Iterative Workflow for Identifying Missing Associations

If you don’t know which dimension combinations are missing in your dataset, dsgrid provides an iterative workflow to help you identify them.

1. Run registration without missing associations

Attempt to register your dataset without specifying missing_associations. If there are missing combinations, registration will fail:

dsgrid registry datasets register dataset.json5 -l "Register my dataset"

2. Review generated outputs

When registration fails due to missing associations, dsgrid:

  • Writes a Parquet file named <dataset_id>__missing_dimension_record_combinations.parquet to the current directory. This file contains all missing dimension combinations. It can contain huge numbers of rows.

  • Runs pattern analysis (via find_minimal_patterns) to identify the simplest column combinations that characterize the gaps. These patterns are logged to help you understand why data is missing. For example:

Pattern 1: geography | subsector = 01001 | large_hotel (150 missing rows)
Pattern 2: subsector = warehouse (3000 missing rows)

This tells you that all combinations involving county 01001 and large_hotel are missing, and all combinations involving warehouse are missing.

  • Records these minimal patterns in a ./missing_associations/ directory, in dimension-specific combination files such as geography__subsector.csv and sector__subsector.csv.

3. Choose which output to use and revise as appropriate

You have several options for declaring missing associations:

  • Use the all-inclusive Parquet file: Reference the generated <dataset_id>__missing_dimension_record_combinations.parquet file directly. This contains every missing combination but may be very large.

  • Use the per-dimension CSV files: Reference the ./missing_associations/ directory containing the minimal pattern files. This is more compact and easier to review.

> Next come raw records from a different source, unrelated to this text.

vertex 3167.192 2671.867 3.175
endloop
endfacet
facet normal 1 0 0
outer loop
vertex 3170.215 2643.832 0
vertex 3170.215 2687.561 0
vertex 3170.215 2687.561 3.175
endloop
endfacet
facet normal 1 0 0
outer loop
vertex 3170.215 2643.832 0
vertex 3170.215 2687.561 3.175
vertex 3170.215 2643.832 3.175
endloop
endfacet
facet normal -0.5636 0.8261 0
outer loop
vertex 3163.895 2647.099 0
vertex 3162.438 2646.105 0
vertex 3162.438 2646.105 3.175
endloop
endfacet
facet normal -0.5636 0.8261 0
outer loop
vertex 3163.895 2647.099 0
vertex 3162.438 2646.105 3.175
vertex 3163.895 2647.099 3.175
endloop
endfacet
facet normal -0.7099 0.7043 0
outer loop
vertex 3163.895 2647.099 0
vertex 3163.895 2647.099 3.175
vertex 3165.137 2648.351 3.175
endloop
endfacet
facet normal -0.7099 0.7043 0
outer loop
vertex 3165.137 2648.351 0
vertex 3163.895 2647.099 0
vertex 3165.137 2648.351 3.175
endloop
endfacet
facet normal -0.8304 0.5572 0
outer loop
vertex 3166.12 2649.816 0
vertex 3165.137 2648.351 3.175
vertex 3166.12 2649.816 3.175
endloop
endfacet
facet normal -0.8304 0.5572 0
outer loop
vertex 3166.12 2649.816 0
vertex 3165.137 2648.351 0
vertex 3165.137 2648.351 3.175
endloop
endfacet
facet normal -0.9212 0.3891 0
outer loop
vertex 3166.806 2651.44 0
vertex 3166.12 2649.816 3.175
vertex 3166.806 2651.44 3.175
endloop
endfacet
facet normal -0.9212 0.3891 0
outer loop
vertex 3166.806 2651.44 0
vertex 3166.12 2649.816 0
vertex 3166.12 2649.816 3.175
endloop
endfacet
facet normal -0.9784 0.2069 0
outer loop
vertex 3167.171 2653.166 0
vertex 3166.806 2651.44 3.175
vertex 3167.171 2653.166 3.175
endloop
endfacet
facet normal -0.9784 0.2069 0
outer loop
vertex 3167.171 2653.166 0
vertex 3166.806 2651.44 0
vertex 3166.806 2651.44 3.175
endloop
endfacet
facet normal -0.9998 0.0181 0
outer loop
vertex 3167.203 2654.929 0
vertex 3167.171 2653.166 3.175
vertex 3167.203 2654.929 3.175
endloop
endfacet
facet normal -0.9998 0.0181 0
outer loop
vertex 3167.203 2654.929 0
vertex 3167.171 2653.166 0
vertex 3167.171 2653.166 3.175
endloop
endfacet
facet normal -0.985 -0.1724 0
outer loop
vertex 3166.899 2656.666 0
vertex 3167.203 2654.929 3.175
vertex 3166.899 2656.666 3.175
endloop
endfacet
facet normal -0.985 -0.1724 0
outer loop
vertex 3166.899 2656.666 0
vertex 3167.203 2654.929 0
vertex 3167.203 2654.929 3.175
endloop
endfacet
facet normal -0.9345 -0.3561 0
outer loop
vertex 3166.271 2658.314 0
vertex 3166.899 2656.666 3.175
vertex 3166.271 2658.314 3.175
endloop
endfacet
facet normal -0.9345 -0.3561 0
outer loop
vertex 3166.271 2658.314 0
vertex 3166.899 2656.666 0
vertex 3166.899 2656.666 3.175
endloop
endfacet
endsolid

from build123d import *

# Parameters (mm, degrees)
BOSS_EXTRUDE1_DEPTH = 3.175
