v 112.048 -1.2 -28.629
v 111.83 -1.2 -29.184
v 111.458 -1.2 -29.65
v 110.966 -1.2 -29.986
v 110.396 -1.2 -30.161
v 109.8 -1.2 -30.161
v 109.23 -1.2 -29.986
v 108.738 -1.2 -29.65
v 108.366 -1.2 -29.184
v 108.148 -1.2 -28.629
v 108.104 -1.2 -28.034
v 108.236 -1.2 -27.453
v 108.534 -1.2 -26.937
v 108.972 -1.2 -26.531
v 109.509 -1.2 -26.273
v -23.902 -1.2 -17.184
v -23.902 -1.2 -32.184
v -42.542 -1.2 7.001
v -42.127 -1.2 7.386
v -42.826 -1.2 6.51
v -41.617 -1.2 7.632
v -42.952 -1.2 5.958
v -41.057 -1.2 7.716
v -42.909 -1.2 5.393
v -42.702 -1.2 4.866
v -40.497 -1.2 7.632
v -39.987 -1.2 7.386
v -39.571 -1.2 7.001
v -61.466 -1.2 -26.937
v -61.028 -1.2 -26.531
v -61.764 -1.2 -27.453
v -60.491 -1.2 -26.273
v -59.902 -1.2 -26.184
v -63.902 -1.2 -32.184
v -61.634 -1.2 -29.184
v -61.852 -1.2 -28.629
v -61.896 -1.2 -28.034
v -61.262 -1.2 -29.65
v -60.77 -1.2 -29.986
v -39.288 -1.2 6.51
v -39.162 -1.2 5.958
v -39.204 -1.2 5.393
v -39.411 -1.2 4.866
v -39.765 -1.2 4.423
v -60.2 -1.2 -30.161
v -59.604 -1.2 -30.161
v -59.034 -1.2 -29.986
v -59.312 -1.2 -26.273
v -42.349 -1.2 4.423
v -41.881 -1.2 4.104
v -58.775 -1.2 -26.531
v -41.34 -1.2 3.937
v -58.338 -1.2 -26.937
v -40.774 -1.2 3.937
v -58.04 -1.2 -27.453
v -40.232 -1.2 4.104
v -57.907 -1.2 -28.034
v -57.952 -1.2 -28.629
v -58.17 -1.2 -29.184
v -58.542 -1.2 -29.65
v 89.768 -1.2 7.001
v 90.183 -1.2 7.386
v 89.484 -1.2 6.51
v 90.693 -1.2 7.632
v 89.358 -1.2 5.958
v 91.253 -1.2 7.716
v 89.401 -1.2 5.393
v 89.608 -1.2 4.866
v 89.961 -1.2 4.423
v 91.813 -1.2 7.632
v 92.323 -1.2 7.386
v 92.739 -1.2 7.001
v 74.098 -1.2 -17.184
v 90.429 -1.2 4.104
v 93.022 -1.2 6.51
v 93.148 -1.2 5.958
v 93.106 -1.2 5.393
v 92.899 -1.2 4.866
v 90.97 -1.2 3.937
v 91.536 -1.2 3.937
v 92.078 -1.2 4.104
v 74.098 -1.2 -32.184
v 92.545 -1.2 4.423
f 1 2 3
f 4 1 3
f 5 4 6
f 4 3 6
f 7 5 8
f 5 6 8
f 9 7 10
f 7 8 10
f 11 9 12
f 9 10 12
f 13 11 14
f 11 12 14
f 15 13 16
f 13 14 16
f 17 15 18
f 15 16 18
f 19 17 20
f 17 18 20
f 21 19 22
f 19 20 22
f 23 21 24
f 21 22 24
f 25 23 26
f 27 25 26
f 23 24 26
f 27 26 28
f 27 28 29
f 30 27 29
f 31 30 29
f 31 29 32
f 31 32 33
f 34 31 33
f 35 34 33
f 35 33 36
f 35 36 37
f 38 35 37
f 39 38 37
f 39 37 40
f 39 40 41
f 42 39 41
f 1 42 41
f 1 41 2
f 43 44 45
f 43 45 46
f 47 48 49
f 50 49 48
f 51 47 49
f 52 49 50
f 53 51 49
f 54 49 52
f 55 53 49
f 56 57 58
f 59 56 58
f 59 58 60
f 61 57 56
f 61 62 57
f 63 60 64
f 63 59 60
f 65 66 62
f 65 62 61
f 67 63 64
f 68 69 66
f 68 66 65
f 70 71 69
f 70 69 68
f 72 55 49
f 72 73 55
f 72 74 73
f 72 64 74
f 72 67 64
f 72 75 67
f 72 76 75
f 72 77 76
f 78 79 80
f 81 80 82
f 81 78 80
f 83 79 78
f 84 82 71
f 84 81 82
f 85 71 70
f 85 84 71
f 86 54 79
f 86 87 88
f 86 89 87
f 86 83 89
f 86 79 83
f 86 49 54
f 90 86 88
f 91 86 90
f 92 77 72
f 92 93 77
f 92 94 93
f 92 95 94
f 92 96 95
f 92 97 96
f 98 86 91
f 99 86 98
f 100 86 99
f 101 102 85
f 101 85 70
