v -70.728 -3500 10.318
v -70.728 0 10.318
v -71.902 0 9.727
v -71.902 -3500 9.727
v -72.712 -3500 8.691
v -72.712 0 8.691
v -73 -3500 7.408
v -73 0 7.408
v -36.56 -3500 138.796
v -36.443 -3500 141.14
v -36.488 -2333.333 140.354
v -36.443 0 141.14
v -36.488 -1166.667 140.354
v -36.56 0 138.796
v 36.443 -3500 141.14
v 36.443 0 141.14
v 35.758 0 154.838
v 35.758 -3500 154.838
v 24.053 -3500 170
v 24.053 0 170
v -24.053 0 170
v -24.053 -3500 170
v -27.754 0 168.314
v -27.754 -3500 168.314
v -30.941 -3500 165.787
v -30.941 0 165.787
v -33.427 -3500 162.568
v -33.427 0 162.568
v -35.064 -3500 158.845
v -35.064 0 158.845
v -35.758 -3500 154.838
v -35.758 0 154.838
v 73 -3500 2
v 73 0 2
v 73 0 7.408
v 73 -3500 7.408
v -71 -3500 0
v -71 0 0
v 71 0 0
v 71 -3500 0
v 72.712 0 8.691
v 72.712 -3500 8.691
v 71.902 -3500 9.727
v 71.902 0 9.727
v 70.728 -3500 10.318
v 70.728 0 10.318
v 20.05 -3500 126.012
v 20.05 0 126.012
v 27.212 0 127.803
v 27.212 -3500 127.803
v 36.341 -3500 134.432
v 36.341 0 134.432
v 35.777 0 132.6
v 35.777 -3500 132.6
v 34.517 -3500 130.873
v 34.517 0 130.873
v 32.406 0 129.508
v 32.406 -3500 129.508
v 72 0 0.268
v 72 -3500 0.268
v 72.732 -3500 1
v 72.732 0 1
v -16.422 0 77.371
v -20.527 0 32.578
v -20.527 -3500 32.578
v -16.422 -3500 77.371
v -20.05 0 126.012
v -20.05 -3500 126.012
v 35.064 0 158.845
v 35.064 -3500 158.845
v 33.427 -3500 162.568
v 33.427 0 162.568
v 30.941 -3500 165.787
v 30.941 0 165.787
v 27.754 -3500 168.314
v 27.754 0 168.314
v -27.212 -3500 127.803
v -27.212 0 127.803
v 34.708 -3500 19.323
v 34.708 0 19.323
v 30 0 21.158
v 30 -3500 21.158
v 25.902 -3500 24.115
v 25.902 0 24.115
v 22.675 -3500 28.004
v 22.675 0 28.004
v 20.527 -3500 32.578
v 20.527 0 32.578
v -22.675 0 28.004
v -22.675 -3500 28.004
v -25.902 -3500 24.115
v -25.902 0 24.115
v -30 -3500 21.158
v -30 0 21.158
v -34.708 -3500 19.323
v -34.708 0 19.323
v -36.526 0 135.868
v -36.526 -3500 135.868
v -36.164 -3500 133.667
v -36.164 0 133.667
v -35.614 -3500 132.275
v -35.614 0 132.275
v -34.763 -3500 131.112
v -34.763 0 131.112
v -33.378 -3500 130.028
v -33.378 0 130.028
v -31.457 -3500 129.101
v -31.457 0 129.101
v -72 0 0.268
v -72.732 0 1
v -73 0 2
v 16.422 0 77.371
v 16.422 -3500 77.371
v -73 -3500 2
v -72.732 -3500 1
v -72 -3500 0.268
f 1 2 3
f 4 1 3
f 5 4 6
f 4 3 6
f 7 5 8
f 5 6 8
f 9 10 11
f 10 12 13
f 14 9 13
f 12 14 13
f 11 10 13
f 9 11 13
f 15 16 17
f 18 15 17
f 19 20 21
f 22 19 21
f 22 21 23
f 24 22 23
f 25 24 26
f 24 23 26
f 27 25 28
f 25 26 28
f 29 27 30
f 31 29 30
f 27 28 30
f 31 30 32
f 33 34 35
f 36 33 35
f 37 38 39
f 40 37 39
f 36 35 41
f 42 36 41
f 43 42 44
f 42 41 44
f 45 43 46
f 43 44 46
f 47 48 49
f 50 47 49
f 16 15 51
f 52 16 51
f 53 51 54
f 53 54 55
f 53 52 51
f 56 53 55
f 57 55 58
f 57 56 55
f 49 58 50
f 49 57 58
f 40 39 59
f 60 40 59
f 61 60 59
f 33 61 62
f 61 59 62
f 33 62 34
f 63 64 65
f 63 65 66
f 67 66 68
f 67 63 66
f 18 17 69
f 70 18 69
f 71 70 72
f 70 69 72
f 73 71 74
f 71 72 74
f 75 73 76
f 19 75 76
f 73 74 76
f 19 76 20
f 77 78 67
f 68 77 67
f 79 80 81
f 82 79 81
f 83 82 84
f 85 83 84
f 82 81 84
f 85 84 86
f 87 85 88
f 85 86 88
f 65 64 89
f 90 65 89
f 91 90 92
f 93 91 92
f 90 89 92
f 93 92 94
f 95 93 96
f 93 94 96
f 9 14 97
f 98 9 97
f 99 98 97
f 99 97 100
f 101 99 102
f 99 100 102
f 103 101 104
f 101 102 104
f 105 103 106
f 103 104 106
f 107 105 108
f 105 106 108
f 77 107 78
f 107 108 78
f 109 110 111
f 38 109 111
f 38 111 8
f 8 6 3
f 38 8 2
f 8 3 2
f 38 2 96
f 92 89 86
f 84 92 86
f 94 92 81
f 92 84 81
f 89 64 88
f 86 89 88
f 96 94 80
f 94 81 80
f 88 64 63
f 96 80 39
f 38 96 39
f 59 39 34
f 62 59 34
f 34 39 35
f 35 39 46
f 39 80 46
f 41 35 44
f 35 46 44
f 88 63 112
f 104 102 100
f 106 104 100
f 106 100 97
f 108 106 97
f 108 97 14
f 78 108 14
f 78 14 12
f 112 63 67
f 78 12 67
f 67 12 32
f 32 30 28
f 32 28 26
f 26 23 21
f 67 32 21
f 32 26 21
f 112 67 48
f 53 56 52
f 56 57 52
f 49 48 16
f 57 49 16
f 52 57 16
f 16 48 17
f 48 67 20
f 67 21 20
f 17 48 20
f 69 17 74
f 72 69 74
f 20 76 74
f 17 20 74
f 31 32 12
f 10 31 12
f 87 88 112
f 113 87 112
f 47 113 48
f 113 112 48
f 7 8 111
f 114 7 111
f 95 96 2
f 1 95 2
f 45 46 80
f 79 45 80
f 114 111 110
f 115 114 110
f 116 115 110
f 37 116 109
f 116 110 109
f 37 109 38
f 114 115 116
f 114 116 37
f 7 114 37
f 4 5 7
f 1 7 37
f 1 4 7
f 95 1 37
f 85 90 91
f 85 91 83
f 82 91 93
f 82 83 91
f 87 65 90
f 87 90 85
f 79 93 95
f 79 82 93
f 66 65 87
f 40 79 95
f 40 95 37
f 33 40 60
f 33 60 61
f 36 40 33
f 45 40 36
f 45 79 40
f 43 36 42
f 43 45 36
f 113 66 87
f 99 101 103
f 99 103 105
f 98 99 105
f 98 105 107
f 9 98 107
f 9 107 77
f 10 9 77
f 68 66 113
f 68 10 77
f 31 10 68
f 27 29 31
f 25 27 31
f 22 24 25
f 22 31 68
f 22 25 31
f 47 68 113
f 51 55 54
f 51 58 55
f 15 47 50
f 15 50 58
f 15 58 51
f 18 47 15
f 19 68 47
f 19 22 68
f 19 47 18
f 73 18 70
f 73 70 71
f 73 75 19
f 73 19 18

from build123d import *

# Parameters (mm, degrees)
F1_DEPTH = 3500


with BuildPart() as f1:
    # F0 (on Front) → F1 (new body)
    with BuildSketch(Plane.XZ):
        with BuildLine():
            Line((-71, 0), (0, 0))
            Line((0, 0), (71, 0))
            ThreePointArc((71, 0), (72.4142135624, 0.5857864376), (73, 2))
            Line((73, 2), (73, 7.4076707781))
            ThreePointArc((73, 7.4076707781), (72.3646163141, 9.2539074062), (70.7276068752, 10.3180982785))
            Line((70.7276068752, 10.3180982785), (34.7080603465, 19.3229849121))
            ThreePointArc((34.7080603465, 19.3229849121), (25.9016301936, 24.1147961248), (20.5270578969, 32.5781665742))
            add(Edge.make_bspline(
                [(20.5270578969, 32.5781665742), (19.1234273691, 44.047632119), (16.204172, 65.0719813904), (16.4163288517, 88.0919940772), (17.6881490255, 109.03908444), (19.5297670113, 122.9158896084), (19.9703647657, 125.2703977423), (20.0495659832, 126.0123914966)],
                knots=[0, 0, 0, 0, 0.2805439173, 0.5147626715, 0.7415495831, 0.919417208, 1, 1, 1, 1], degree=3))
            Line((20.0495659832, 126.0123914966), (27.2119990374, 127.8029997604))
            add(Edge.make_bspline(
                [(36.4430121564, 141.1397568714), (36.6506904611, 137.5374455317), (37.0598038422, 130.4411155906), (30.4610340463, 128.6733795922), (27.2119990374, 127.8029997604)],
                knots=[0, 0, 0, 0, 0.5076301933, 1, 1, 1, 1], degree=3))
            Line((36.4430121564, 141.1397568714), (35.7581047381, 154.8379052369))
            ThreePointArc((35.7581047381, 154.8379052369), (32.2818284687, 164.2532527584), (24.0533315347, 170))
            Line((24.0533315347, 170), (0, 170))
            Line((0, 170), (-19, 170))
            Line((-19, 170), (-24.0533315347, 170))
            ThreePointArc((-24.0533315347, 170), (-32.2818284687, 164.2532527584), (-35.7581047381, 154.8379052369))
            Line((-35.7581047381, 154.8379052369), (-36.4430121564, 141.1397568714))
            Line((-36.4430121564, 141.1397568714), (-36.5601873215, 138.7962535697))
            add(Edge.make_bspline(
                [(-36.5601873215, 138.7962535697), (-36.655353203, 136.0309623446), (-36.3289879031, 130.2453382437), (-30.4610340463, 128.6733795922), (-27.2119990374, 127.8029997604)],
                knots=[0.110750331, 0.110750331, 0.110750331, 0.110750331, 0.5076301933, 1, 1, 1, 1], degree=3))
            Line((-27.2119990374, 127.8029997604), (-20.0495659832, 126.0123914966))
            add(Edge.make_bspline(
                [(-20.5270578969, 32.5781665742), (-19.1234273691, 44.047632119), (-16.204172, 65.0719813904), (-16.4163288517, 88.0919940772), (-17.6881490255, 109.03908444), (-19.5297670113, 122.9158896084), (-19.9703647657, 125.2703977423), (-20.0495659832, 126.0123914966)],
                knots=[0, 0, 0, 0, 0.2805439173, 0.5147626715, 0.7415495831, 0.919417208, 1, 1, 1, 1], degree=3))
            ThreePointArc((-20.5270578969, 32.5781665742), (-25.9016301936, 24.1147961248), (-34.7080603465, 19.3229849121))
            Line((-34.7080603465, 19.3229849121), (-70.7276068752, 10.3180982785))
            ThreePointArc((-70.7276068752, 10.3180982785), (-72.3646163141, 9.2539074062), (-73, 7.4076707781))
            Line((-73, 7.4076707781), (-73, 2))
            ThreePointArc((-73, 2), (-72.4142135624, 0.5857864376), (-71, 0))
        make_face()
        with BuildLine():
            add(Edge.make_bspline(
                [(-36.4430121564, 141.1397568714), (-36.4883215988, 140.3538359815), (-36.5336310411, 139.5679150916), (-36.5601873215, 138.7962535697)],
                knots=[0, 0, 0, 0, 0.110750331, 0.110750331, 0.110750331, 0.110750331], degree=3))
            Line((-36.5601873215, 138.7962535697), (-36.4430121564, 141.1397568714))
        make_face()
    extrude(amount=F1_DEPTH)


solid = f1.part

  • Create your own files: Create custom CSV or Parquet files based on your understanding of the data. This gives you full control over what is declared as missing.

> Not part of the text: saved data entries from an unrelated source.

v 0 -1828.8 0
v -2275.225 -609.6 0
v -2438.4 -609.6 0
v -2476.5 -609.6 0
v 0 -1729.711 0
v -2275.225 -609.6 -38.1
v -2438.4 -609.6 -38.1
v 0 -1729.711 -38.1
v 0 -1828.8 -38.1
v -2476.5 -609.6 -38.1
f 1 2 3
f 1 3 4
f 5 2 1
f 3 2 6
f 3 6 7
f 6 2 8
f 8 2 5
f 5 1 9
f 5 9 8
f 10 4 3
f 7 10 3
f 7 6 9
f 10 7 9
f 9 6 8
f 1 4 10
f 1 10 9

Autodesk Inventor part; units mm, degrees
ref_plane "YZ Plane" through (0, 0, 0) normal (1, 0, 0) x (0, 1, 0)
ref_plane "XZ Plane" through (0, 0, 0) normal (0, 1, 0) x (-1, 0, 0)
ref_plane "XY Plane" through (0, 0, 0) normal (0, 0, 1) x (1, 0, 0)
sketch "Sketch1" plane through (0, 0, 0) normal (0, 0, 1) x (1, 0, 0)
  line L0 (0, -609.6) -> (-2438.4, -609.6) projected
  line L1 (0, -1828.8) -> (0, 1828.8) projected
  line L2 (-2476.5, -609.6) -> (-2438.4, -609.6) projected
  line L3 (-2476.5, -609.6) -> (0, -1828.8)
  line L4 (-2476.5, -609.6) -> (-2275.2249, -609.6)
  line L5 (-2275.2249, -609.6) -> (0, -1729.7107)
  line L6 (0, -1729.7107) -> (0, -1828.8)
  point P0 (0, 0)
  dimension "d0" = 88.9
extrude "Extrusion1" add sketch "Sketch1" against normal blind 38.1 contours L5 L1 L3 L2 L0
properties part number "s48x2x4a"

No matter which option you select, you may want to:

  • Fix data errors revealed by the missing data analysis

  • Remove rows corresponding to data errors that you fix

  • Pick and choose or reorganize the information

  • Combine multiple sources if needed

4. Re-run registration with missing associations

Add the missing_associations field to your data_layout pointing to the files or directories:

data_layout: {
  table_format: "one_table",
  value_format: "stacked",
  data_file: { path: "load_data.parquet" },
  // Option 1: Use the all-inclusive Parquet file
  missing_associations: ["./my_dataset__missing_dimension_record_combinations.parquet"],

  // Option 2: Use the per-dimension directory
  // missing_associations: ["./missing_associations"],

  // Option 3: Combine multiple sources
  // missing_associations: [
  //   "./missing_associations",
  //   "./additional_missing.parquet",
  // ],
}

Run registration again. If successful, the missing associations will be stored in the registry alongside your dataset.

Using Custom Base Directories

When registering a dataset, you can specify a custom base directory for resolving missing associations paths using --missing-associations-base-dir (or -M):

dsgrid registry datasets register dataset.json5 \
  -l "Register my dataset" \
  -M /path/to/missing/files

When this option is provided, any relative paths in the missing_associations list will be resolved relative to the specified directory instead of the dataset configuration file’s directory.

You can combine this with --data-base-dir (or -D) for data files:

dsgrid registry datasets register dataset.json5 \
  -l "Register my dataset" \
  -D /path/to/data/files \
  -M /path/to/missing/files

These options are also available for the register-and-submit-dataset command:

dsgrid registry projects register-and-submit-dataset \
  -c dataset.json5 \
  -p my-project-id \
  -l "Register and submit dataset" \
  -D /path/to/data/files \
  -M /path/to/missing/files

Validation Behavior

During dataset registration, dsgrid checks that:

  1. All dimension combinations in the data files are valid (records match dimension definitions).

  2. All expected combinations either have data or are declared as missing.

If dsgrid finds unexpected missing combinations, it will report an error and write the missing combinations to files as described above.